The idea is to create a special tax rate that is equal to or higher than the corporate tax rate but lower than the tax rate that applies to wages. That new rate would apply to pass-through business income but with boundaries to prevent it from being used by people whose income from service businesses closely resembles wages.
"If you're an accountant firm and that's clearly income, you'll be taxed an income rate, you won't be taxed a pass-through rate," Mr. Mnuchin said. "If you're a business that's creating manufacturing jobs, you're going to get the benefit of that rate because that's going to be passed through to help create jobs and better wages."
Mr. Mnuchin's remarks, at the Delivering Alpha conference in New York, offered new detail on how the administration and Congress may tailor new rules for partnerships, limited liability companies and other pass-through firms that account for a majority of U.S. business income.
A Treasury spokesman declined to provide additional detail.
Unlike corporations, whose taxable investors have to pay taxes on capital gains and dividends while the company itself pays corporate income tax, there is just one layer of tax on pass-through businesses.
Under a system like the one Mr. Mnuchin described, the owners of an accounting partnership would pay the individual tax rate on both their salaries and their partnership distributions. But the owners of a manufacturing partnership would pay the individual tax rate on their salaries and the special, lower rate on their profits.

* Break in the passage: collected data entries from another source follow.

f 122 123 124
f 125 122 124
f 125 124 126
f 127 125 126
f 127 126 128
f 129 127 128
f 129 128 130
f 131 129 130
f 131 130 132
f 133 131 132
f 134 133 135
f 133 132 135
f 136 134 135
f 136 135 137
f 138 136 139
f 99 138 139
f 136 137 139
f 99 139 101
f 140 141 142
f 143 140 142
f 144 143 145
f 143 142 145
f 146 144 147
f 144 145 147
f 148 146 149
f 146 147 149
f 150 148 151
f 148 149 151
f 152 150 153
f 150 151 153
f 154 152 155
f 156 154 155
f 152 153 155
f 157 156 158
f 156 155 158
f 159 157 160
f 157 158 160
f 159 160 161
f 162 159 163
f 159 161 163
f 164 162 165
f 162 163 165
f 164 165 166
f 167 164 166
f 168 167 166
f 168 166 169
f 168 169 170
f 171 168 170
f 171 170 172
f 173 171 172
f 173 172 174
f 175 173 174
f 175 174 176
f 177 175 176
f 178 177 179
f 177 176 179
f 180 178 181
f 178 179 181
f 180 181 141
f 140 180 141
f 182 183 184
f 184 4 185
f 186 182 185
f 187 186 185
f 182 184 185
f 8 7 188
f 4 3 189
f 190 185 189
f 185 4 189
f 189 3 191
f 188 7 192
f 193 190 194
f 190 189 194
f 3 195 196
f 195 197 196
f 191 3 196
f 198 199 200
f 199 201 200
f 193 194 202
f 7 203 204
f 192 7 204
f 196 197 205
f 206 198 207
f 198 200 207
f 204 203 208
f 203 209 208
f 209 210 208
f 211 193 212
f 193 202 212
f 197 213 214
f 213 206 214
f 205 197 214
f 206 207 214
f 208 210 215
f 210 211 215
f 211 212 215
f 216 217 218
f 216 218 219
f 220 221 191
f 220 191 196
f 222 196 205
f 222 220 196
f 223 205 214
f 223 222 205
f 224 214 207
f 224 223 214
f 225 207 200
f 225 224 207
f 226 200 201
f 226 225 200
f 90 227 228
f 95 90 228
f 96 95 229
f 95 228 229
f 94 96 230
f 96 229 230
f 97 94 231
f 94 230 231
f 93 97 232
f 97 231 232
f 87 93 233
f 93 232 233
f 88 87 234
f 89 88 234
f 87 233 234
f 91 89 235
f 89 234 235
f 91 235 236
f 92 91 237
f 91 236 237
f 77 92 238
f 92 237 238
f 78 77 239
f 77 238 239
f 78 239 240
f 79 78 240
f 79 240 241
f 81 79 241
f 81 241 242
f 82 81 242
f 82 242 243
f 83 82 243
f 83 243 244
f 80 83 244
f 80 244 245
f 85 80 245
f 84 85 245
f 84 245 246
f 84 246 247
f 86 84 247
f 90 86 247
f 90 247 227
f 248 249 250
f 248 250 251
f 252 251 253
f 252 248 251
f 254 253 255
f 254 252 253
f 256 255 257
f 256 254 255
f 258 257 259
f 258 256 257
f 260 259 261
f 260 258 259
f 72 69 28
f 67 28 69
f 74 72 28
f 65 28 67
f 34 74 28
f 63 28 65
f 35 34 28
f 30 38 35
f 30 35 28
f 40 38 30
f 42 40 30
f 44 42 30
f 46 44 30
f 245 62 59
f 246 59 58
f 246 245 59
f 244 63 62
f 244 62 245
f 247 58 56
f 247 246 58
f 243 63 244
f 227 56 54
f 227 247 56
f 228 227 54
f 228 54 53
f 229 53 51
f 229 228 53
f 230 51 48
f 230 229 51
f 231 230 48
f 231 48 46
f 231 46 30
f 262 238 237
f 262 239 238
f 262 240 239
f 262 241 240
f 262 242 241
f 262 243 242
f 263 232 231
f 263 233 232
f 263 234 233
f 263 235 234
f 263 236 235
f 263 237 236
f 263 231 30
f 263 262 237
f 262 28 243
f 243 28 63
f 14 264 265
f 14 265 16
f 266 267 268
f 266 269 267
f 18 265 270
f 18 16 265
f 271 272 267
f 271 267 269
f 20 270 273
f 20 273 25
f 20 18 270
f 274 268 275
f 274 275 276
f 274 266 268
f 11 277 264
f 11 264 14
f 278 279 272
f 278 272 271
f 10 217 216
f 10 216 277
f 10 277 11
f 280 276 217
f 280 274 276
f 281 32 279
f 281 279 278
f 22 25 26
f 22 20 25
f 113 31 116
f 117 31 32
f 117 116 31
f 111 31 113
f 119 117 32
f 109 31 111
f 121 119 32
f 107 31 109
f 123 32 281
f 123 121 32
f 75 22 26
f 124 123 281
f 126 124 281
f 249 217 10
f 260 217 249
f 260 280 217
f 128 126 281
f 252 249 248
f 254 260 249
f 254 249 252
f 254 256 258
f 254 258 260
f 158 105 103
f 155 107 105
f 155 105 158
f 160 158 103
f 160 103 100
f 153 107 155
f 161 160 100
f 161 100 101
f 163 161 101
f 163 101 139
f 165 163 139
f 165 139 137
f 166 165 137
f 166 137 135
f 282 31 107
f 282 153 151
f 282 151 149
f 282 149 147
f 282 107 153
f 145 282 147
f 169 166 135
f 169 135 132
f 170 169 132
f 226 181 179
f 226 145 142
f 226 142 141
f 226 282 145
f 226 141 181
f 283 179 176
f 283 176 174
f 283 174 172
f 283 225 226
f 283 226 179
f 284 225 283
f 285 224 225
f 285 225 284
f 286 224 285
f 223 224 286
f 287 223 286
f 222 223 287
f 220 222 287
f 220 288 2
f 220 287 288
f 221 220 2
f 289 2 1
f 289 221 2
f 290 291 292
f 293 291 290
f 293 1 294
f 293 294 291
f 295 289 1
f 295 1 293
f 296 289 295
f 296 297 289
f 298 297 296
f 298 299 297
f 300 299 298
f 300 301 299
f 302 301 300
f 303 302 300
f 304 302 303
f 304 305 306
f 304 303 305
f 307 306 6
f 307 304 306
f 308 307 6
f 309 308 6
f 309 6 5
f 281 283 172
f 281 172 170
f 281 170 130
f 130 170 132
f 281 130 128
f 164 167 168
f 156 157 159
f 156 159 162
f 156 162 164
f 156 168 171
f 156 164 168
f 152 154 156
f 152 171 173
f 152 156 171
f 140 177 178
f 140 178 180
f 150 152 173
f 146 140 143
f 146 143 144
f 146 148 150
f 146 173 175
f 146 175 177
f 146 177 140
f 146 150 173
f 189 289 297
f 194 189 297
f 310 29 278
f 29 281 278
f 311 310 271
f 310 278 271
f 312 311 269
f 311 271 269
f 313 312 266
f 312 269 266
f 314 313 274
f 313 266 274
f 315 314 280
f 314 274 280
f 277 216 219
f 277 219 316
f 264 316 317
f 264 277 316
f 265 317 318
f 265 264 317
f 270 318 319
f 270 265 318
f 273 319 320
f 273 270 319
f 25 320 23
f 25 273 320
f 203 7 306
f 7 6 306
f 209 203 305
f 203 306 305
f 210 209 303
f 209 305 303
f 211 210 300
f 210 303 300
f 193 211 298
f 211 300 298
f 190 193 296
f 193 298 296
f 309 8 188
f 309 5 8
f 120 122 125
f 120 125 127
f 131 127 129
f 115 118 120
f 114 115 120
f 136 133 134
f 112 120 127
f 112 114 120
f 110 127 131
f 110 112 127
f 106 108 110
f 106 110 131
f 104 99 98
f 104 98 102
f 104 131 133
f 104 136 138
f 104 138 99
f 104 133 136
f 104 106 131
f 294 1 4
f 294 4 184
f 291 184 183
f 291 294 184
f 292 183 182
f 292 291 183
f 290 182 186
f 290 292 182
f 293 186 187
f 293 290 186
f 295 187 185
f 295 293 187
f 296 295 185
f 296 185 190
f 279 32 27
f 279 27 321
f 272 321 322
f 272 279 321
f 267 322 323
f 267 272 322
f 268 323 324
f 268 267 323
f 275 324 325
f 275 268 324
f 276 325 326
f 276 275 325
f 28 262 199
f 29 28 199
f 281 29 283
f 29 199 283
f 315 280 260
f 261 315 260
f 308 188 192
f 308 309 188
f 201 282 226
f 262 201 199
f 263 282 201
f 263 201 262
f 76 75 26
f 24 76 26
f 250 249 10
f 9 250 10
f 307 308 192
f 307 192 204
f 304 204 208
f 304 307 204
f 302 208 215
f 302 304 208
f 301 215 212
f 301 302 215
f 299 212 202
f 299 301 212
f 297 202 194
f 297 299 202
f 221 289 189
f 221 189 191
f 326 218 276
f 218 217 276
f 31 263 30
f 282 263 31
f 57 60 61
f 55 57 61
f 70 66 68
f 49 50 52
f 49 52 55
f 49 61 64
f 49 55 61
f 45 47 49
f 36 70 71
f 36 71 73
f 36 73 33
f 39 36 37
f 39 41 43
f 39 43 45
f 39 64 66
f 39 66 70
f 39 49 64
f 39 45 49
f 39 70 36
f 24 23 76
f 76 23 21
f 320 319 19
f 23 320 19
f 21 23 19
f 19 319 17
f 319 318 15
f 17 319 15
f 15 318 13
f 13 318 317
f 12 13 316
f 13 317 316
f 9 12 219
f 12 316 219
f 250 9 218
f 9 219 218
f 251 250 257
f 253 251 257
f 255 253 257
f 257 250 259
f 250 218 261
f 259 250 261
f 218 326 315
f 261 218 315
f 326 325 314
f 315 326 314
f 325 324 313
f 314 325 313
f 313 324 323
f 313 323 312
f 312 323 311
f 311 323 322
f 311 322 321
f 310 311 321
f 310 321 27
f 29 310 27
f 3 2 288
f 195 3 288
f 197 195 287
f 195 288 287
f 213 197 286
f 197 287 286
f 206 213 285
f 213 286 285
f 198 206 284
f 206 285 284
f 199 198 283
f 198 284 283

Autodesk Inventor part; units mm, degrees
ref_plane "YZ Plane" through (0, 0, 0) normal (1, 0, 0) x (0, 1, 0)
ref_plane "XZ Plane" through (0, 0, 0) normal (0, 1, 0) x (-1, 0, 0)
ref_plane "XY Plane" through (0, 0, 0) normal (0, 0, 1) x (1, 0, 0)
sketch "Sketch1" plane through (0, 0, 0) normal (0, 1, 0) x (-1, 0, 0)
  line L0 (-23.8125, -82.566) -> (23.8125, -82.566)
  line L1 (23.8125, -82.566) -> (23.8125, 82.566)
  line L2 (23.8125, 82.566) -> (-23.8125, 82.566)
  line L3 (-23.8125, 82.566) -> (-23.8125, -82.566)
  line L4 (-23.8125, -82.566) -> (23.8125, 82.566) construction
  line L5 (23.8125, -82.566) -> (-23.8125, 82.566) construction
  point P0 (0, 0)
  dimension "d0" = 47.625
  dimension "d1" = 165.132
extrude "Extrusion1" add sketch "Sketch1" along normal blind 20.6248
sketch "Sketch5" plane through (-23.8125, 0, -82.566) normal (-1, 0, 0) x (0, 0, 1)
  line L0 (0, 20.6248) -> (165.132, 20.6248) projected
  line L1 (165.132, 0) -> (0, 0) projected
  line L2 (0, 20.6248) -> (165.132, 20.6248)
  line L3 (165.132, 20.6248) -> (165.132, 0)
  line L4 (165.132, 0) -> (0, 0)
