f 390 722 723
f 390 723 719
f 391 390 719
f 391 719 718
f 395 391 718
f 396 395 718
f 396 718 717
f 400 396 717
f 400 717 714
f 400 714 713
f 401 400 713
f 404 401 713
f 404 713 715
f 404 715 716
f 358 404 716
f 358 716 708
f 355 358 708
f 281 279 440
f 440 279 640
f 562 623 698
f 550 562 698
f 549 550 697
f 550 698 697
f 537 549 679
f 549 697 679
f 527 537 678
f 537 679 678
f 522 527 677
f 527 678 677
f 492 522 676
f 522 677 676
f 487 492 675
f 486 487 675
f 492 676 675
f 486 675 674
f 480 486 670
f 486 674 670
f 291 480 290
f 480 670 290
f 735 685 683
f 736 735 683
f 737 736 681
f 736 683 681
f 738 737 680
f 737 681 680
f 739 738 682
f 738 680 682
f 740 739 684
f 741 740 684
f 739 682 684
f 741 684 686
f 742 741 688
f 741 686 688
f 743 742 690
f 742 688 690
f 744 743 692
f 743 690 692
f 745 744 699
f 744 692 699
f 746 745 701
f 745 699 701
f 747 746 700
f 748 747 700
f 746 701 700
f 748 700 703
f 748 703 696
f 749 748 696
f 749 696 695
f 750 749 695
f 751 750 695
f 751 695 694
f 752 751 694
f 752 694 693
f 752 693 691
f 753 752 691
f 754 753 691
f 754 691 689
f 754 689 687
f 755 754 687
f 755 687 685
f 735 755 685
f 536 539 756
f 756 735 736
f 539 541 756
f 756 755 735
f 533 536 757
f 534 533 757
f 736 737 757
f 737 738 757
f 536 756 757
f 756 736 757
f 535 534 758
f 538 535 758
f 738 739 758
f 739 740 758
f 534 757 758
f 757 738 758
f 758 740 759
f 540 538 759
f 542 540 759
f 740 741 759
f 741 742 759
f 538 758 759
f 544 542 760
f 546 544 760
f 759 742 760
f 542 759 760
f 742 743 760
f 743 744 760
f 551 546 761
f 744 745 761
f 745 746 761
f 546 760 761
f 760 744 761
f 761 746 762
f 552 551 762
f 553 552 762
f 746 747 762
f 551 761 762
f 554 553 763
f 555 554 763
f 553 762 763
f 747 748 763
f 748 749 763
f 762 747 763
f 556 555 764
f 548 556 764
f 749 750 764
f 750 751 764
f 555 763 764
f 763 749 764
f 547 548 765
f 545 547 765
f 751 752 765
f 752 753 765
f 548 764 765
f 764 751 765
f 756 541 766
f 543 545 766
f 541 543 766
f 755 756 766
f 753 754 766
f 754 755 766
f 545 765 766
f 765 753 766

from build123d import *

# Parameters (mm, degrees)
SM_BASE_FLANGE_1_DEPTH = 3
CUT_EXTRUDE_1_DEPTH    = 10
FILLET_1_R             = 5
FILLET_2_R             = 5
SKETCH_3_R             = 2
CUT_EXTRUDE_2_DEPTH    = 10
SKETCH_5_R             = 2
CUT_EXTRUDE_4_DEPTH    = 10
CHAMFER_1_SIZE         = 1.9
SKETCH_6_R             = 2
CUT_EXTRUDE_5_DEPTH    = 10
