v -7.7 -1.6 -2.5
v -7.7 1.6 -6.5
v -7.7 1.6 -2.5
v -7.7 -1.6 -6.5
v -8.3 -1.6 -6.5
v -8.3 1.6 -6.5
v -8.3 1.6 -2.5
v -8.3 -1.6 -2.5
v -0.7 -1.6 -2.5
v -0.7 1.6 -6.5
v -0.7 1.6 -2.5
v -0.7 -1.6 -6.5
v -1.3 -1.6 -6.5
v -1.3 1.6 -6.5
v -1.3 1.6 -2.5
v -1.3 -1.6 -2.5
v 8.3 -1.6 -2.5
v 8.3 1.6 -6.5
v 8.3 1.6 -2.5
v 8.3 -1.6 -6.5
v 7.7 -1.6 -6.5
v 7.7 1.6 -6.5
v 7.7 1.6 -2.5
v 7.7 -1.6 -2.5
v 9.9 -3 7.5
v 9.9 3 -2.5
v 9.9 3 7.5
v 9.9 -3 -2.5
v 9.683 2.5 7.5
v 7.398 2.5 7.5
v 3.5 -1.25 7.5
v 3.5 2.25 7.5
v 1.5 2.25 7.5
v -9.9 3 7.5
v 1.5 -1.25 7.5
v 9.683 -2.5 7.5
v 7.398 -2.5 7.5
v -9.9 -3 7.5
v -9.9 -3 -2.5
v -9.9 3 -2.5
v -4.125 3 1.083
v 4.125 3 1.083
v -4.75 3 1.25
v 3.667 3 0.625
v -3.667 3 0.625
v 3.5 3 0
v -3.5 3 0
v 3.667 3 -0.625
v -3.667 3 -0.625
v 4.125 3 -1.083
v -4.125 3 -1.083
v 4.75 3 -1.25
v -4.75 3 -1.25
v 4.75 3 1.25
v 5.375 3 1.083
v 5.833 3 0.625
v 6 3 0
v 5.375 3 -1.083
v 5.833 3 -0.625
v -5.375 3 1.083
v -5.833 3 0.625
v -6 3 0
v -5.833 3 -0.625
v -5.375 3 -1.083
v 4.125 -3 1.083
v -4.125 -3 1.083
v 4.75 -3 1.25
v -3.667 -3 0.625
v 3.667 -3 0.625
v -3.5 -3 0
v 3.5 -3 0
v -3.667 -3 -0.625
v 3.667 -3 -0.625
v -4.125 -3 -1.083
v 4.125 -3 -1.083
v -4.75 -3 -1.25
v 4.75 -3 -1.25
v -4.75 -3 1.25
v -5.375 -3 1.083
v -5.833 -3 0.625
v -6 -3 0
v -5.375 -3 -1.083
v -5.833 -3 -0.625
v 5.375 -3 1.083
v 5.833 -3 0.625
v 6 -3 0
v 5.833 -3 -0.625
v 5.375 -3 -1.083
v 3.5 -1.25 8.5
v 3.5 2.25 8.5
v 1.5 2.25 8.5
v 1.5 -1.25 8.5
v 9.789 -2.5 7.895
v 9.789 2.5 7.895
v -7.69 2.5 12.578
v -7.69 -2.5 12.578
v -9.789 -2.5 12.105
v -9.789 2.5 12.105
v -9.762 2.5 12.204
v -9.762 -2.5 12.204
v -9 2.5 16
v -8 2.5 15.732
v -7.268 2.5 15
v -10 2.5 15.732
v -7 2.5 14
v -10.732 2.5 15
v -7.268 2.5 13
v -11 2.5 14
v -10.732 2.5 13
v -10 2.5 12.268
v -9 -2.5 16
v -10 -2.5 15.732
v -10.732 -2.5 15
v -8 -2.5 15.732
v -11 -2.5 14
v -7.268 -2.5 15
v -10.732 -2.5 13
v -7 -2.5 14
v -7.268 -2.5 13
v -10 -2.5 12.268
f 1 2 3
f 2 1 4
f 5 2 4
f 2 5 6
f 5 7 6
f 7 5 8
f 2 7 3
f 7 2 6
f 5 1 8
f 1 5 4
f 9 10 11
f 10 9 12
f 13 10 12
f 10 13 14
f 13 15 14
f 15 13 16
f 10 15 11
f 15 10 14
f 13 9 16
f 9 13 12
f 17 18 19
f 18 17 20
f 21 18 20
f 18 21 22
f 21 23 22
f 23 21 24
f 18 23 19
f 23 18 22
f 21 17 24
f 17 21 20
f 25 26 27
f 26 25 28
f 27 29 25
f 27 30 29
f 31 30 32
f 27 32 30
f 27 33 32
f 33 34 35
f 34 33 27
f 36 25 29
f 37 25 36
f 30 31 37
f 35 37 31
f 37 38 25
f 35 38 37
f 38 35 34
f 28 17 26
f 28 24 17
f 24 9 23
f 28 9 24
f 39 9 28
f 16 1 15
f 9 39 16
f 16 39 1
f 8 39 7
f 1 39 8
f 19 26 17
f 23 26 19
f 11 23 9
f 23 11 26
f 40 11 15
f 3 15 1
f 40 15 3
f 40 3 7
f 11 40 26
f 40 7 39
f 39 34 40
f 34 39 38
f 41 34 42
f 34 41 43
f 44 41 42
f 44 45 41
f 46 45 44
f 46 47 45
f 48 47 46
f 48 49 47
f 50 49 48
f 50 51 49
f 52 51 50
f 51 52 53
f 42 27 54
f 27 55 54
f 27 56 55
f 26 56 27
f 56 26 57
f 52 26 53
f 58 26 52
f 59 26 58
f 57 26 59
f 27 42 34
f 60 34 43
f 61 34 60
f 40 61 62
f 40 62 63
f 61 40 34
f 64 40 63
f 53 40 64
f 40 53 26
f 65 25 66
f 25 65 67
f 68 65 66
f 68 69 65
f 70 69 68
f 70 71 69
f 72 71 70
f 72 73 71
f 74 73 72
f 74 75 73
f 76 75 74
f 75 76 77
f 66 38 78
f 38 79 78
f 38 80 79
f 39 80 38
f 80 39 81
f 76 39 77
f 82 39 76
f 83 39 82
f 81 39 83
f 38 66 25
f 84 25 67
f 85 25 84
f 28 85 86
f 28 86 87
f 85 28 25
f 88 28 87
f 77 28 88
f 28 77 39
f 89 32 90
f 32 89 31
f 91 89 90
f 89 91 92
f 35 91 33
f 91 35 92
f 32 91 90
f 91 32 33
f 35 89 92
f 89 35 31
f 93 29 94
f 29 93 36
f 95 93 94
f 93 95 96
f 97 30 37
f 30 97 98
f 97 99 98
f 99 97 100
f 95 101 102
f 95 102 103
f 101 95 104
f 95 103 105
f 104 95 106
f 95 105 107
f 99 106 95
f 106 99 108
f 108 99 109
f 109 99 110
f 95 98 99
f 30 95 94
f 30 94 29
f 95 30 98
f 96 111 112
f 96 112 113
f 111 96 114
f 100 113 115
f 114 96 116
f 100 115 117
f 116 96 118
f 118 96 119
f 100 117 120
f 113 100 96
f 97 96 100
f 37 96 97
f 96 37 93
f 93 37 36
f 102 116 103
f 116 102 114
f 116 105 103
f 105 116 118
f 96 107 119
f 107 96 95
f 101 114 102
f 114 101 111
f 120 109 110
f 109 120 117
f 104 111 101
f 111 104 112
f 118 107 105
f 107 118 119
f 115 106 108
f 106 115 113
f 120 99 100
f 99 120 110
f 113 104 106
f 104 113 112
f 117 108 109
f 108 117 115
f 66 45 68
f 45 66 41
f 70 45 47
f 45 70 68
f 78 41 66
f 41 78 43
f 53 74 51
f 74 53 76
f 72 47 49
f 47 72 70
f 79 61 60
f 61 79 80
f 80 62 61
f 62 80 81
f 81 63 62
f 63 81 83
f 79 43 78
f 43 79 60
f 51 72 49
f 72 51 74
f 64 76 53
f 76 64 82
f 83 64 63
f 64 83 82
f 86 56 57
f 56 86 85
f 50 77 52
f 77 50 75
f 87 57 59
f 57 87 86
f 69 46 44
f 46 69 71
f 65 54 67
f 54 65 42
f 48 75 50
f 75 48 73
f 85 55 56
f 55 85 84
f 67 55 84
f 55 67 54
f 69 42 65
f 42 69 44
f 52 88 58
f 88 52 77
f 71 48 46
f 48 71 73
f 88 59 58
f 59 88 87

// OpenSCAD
// Don't print this file, purchase real micro switches
// e.g. Honeywell ZM10B10A01 or OMRON SS-5 or similar.

module microswitch() {
  difference() {
    union() {
      translate([0, 0, 2.5])
        cube([19.8, 6, 10], center=true);
      translate([2.5, 0.5, 6])
        cube([2, 3.5, 5], center=true);
      translate([0, 0, 10]) rotate([0,15,0])
				cube([20,5,1], center=true);
			translate([-9, 0, 14]) rotate([90,0,0])
	      cylinder(r=2, h=5, center=true, $fn=12);
      for (x = [-8, -1, 8]) {
        translate([x, 0, 0])
          cube([0.6, 3.2, 13], center=true);
      }
    }
    for (x = [-9.5/2, 9.5/2]) {
      translate([x, 0, 0]) rotate([90, 0, 0])
        cylinder(r=2.5/2, h=20, center=true, $fn=12);
    }
  }
}

microswitch();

The details are crucial, because they will help determine which businesses win and which lose from the tax plan Republicans aim to push through Congress this year.
At the National Federation of Independent Business, the influential trade group for small businesses and pass-throughs, "everybody's eyes kind of popped out" when they heard Mr. Mnuchin's comments, said Brad Close, senior vice president for advocacy.
"We just think that's bad government policy, for sure," he said. "It picks winners and losers based on industry type, and we just think that's a terrible way to go for tax reform."
It could be a challenge to define which companies get the lower tax rate Republicans are planning and which owners of companies would continue paying higher individual tax rates on their business income. Creating that distinction would cut against another Republican goal for the tax code: simplification. Possibly affected industries include law, engineering, medicine, finance, architecture and consulting.
"Trying to define a service business is challenging because all businesses use a combination of services, capital and entrepreneurship," said Steve Rosenthal, a tax lawyer and senior fellow at the Tax Policy Center in Washington. "Rigid lists are easy to exploit. As a former tax planner, that's what we did. You give us a bright line, and we make sure to fall on one side or the other."
Rep. Kevin Brady (R., Texas), chairman of the House Ways and Means Committee, said last week that policy makers want to lower the tax rates on corporations and pass-through businesses by the same percentage. If the corporate rate is reduced from 35% to the low 20s, that suggests a pass-through tax rate in the high 20s.
Mr. Brady told reporters Tuesday that no decisions had been made and that he wanted to generate a significant tax cut for pass-through businesses.
Mr. Rosenthal said he expected Congress and the administration would write a vague anti-abuse rule and leave the details to the Treasury Department and Internal Revenue Service to fight it out with taxpayers.
"This problem has been out there for a couple of years and nobody's come out with good solutions," he said.
Mr. Mnuchin also said the administration and GOP tax writers are "absolutely" open to making any tax law retroactive to Jan. 1, which would allow companies and individuals to take advantage of the new rules on income earned this year.
A retroactive tax cut would increase tax refunds on the returns that individuals file in early 2018, putting more money in consumers' hands. It would also reward individuals and businesses for decisions they already have made, undercutting the argument that the point of tax cuts is to enhance incentives for future decisions.
Policy makers from the administration and Congress, known collectively as the Big Six, have been working on their plan to rewrite the tax code for months, and are aiming to put out a more detailed blueprint in coming weeks, Mr. Mnuchin said late last month. The group met Tuesday afternoon and Mr. Mnuchin and White House economic adviser Gary Cohn also met with Republicans on the Senate Budget Committee.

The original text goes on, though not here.